Dataset excerpts:
=== Section Start ===

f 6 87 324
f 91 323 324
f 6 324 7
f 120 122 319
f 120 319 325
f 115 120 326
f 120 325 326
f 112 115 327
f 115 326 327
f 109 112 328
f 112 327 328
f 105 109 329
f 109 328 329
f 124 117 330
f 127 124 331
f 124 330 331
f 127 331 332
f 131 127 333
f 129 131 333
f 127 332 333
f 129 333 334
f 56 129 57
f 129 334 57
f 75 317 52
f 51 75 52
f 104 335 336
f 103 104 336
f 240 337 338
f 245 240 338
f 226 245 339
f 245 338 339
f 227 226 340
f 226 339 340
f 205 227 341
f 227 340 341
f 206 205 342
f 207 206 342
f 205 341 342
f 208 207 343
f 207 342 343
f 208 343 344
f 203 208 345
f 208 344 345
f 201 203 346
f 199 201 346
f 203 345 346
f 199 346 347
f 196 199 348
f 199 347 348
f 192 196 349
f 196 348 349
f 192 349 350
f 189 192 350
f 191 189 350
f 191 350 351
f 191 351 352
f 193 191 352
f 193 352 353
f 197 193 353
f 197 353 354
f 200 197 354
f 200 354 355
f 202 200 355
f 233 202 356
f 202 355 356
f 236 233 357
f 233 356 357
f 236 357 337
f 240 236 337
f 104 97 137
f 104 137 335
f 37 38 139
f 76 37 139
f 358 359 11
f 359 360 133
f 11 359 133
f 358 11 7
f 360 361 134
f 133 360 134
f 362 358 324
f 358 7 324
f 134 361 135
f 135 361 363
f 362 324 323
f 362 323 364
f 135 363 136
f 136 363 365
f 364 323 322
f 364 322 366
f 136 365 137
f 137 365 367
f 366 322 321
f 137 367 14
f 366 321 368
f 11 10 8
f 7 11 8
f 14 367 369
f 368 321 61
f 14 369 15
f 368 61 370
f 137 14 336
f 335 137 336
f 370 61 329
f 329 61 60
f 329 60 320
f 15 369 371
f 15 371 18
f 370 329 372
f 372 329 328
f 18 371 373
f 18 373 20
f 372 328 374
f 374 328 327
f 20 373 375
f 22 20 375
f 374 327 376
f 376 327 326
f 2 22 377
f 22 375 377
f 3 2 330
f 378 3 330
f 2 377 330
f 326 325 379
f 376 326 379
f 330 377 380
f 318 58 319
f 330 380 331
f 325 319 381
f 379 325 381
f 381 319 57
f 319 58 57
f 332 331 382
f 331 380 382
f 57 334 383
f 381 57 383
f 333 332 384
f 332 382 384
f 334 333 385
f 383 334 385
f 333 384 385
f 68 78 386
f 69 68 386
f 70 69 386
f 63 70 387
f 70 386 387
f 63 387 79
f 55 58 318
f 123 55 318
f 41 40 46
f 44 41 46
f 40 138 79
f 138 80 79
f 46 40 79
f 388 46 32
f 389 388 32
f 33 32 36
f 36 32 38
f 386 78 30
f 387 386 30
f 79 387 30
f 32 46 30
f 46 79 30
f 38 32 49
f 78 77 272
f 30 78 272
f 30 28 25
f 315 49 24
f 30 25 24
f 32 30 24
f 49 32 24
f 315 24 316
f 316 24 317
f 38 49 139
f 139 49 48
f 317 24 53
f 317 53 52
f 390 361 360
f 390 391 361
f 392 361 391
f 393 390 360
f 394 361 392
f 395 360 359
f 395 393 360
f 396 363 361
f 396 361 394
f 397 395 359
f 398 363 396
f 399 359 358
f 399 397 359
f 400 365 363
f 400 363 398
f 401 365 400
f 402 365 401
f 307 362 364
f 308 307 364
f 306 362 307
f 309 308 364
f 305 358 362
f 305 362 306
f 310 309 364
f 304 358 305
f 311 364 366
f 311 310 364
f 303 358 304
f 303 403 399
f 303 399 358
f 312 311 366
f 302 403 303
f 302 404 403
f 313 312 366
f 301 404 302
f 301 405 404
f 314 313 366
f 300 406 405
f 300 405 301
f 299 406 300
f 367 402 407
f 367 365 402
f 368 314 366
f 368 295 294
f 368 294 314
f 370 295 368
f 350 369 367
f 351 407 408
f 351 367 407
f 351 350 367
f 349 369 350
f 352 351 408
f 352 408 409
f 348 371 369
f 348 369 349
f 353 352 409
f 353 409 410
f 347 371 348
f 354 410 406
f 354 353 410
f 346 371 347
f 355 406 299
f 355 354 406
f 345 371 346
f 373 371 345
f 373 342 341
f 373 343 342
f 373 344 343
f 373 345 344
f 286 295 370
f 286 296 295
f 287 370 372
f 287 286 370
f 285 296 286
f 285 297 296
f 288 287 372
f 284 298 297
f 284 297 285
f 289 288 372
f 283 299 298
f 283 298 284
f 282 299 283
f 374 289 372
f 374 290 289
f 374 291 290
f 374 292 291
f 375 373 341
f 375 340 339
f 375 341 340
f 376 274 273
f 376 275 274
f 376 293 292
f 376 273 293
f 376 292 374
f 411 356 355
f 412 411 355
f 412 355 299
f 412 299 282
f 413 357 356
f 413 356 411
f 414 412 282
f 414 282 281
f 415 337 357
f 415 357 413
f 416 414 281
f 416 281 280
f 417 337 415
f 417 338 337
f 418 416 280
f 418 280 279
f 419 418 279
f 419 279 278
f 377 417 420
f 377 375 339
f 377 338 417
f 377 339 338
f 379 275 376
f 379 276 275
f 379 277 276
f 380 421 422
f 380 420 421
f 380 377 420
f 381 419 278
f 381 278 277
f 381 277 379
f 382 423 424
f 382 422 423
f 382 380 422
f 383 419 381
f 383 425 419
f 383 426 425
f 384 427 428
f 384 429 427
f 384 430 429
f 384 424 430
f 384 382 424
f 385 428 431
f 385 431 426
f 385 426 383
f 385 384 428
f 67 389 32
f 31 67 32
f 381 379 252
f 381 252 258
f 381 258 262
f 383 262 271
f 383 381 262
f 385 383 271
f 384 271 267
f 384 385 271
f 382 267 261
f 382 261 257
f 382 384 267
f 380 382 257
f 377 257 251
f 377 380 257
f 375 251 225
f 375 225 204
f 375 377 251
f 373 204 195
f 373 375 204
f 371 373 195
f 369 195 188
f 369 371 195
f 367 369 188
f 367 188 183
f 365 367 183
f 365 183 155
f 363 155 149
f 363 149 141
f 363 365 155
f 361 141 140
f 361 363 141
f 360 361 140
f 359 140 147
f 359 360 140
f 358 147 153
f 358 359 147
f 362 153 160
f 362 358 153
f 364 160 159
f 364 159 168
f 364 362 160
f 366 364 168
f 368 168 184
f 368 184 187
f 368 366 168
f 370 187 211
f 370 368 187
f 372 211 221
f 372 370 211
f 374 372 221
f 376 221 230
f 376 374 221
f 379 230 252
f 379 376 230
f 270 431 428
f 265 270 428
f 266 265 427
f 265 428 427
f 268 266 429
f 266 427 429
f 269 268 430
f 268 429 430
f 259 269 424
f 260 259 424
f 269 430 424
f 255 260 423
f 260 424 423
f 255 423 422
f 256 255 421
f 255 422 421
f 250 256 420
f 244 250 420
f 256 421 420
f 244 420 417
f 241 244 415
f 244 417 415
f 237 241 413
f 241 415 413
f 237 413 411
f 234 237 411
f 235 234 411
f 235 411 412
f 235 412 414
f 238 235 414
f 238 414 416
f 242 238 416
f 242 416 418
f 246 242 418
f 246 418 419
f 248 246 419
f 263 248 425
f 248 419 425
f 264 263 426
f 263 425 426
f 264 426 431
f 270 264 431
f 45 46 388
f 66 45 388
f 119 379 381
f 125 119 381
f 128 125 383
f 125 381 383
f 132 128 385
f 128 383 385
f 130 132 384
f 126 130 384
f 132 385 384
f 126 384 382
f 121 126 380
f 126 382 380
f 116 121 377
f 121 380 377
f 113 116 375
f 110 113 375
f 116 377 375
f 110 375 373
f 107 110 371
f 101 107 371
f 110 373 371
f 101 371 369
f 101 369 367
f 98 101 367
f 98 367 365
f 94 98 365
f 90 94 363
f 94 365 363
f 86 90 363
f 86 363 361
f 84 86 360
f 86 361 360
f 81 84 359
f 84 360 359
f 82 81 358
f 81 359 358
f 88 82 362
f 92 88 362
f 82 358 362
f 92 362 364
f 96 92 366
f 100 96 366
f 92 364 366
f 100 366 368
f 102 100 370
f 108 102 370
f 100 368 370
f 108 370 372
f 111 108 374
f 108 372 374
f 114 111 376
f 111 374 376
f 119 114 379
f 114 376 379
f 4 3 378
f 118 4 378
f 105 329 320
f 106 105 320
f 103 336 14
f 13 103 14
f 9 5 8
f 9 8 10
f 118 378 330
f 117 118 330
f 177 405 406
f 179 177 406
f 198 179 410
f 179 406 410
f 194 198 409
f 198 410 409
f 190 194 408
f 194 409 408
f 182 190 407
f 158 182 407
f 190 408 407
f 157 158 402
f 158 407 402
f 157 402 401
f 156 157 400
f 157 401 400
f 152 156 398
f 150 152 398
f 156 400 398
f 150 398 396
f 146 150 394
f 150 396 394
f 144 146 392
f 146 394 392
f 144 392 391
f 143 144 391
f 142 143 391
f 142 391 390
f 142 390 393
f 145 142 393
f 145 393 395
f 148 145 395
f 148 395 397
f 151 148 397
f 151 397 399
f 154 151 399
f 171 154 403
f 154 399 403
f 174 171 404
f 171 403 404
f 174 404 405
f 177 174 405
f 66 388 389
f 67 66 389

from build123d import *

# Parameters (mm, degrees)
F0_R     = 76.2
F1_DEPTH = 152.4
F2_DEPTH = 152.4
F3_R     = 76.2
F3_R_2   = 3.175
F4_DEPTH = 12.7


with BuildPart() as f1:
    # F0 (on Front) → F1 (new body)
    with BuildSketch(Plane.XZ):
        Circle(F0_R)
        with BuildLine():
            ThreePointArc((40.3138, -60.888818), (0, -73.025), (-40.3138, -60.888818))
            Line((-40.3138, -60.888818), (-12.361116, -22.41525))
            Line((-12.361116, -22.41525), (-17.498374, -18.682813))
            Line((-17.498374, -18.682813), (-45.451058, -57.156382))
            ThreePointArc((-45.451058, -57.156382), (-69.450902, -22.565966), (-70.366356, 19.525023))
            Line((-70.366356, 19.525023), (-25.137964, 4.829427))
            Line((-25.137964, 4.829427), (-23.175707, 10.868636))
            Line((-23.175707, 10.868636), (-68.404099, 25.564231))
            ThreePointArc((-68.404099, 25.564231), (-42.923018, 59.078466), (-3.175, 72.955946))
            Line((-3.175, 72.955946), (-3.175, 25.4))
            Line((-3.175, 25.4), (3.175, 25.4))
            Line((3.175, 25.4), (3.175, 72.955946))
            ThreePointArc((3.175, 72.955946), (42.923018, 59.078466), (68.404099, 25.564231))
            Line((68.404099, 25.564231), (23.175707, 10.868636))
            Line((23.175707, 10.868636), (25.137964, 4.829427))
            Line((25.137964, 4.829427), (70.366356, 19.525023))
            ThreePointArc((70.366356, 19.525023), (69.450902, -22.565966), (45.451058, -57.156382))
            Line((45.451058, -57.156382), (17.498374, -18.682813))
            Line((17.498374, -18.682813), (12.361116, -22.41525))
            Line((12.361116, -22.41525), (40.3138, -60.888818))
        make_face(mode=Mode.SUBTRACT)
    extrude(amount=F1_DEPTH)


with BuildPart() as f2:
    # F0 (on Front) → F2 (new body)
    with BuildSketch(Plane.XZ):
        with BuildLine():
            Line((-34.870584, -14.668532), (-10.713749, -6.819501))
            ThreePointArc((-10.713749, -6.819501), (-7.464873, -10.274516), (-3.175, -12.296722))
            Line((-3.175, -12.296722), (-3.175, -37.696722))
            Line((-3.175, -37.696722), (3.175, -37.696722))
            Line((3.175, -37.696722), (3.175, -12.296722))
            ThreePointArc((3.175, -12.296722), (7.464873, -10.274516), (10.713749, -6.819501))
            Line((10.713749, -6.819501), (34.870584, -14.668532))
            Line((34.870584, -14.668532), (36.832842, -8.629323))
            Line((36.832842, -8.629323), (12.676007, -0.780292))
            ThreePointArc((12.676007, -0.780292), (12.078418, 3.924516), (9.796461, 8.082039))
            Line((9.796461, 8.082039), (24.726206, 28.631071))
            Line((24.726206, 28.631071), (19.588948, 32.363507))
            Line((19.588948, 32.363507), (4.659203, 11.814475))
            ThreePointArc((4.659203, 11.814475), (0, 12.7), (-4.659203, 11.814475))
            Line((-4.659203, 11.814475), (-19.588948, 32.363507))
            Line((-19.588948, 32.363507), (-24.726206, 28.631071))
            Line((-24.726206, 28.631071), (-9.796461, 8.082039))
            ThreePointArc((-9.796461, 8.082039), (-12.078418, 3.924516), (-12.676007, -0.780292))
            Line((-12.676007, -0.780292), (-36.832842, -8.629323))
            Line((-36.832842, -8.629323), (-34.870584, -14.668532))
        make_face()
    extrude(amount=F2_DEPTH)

=== Section End ===

THE TASK
Copy the stretch of the records above that runs from the line with "f 157 158 402" through the line with "f 148 395 397". Both end lines belong in the copy, and nothing else does.

SOLUTION BELOW
f 157 158 402
f 158 407 402
f 157 402 401
f 156 157 400
f 157 401 400
f 152 156 398
f 150 152 398
f 156 400 398
f 150 398 396
f 146 150 394
f 150 396 394
f 144 146 392
f 146 394 392
f 144 392 391
f 143 144 391
f 142 143 391
f 142 391 390
f 142 390 393
f 145 142 393
f 145 393 395
f 148 145 395
f 148 395 397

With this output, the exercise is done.